Exercise requirements: Please find every line in the records below that contains the word "Locations", and copy it.
*** Records for this task ***
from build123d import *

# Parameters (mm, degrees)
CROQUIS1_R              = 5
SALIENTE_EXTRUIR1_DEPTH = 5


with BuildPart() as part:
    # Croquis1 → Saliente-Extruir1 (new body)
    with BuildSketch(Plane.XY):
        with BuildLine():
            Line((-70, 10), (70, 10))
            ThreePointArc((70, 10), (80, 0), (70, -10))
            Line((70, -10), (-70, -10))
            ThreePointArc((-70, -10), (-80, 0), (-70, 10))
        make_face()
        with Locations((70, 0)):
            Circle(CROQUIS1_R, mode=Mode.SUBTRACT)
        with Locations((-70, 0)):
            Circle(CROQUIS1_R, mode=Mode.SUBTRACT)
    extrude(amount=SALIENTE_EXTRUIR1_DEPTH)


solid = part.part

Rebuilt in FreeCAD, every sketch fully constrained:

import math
import FreeCAD as App
import Part
import Sketcher
Q = App.Units.Quantity

doc = App.newDocument("Part")
params = doc.addObject("Spreadsheet::Sheet", "Params")
for row, (alias, value) in enumerate([
    ("sketch1_diameter", "10 mm"),
    ("sketch1_radius", "10 mm"),
    ("sketch1_width", "140 mm"),
    ("pad1_length", "5 mm"),
], start=1):
    params.set(f"A{row}", alias)
    params.set(f"B{row}", "=" + value)
    params.setAlias(f"B{row}", alias)

body = doc.addObject("PartDesign::Body", "Body")

# Sketch on XY plane
sketch1 = body.newObject("Sketcher::SketchObject", "Sketch")
sketch1.AttachmentSupport = (doc.getObject("XY_Plane"), [""])
sketch1.MapMode = "FlatFace"
sketch1.addGeometry([
    Part.LineSegment(App.Vector(70, 10, 0), App.Vector(-70, 10, 0)),  # 0
    Part.ArcOfCircle(Part.Circle(App.Vector(-70, 0, 0), App.Vector(0, 0, 1), 10), math.radians(90), math.radians(270)),  # 1
    Part.LineSegment(App.Vector(-70, -10, 0), App.Vector(70, -10, 0)),  # 2
    Part.ArcOfCircle(Part.Circle(App.Vector(70, 0, 0), App.Vector(0, 0, 1), 10), math.radians(-90), math.radians(90)),  # 3
    Part.Circle(App.Vector(70, 0, 0), App.Vector(0, 0, 1), 5),  # 4
    Part.Circle(App.Vector(-70, 0, 0), App.Vector(0, 0, 1), 5),  # 5
], False)
sketch1.addConstraint([
    Sketcher.Constraint("Tangent", 0, 2, 1, 1),
    Sketcher.Constraint("Tangent", 1, 2, 2, 1),
    Sketcher.Constraint("Tangent", 2, 2, 3, 1),
    Sketcher.Constraint("Tangent", 3, 2, 0, 1),
    Sketcher.Constraint("Horizontal", 0),
    Sketcher.Constraint("Horizontal", 2),
    Sketcher.Constraint("Coincident", 4, 3, 3, 3),
    Sketcher.Constraint("Coincident", 5, 3, 1, 3),
    Sketcher.Constraint("Equal", 4, 5),
    Sketcher.Constraint("Symmetric", 1, 3, 3, 3, -1, 1),
    Sketcher.Constraint("Diameter", 4, Q("10 mm")),
    Sketcher.Constraint("Radius", 1, Q("10 mm")),
    Sketcher.Constraint("DistanceX", 0, 2, 0, 1, Q("140 mm")),
])
sketch1.setExpression("Constraints[10]", "Params.sketch1_diameter")
sketch1.setExpression("Constraints[11]", "Params.sketch1_radius")
sketch1.setExpression("Constraints[12]", "Params.sketch1_width")
pad1 = body.newObject("PartDesign::Pad", "Pad")
pad1.Profile = sketch1
pad1.setExpression("Length", "Params.pad1_length")

doc.recompute()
*** End of Records for this task ***
Result:
        with Locations((70, 0)):
        with Locations((-70, 0)):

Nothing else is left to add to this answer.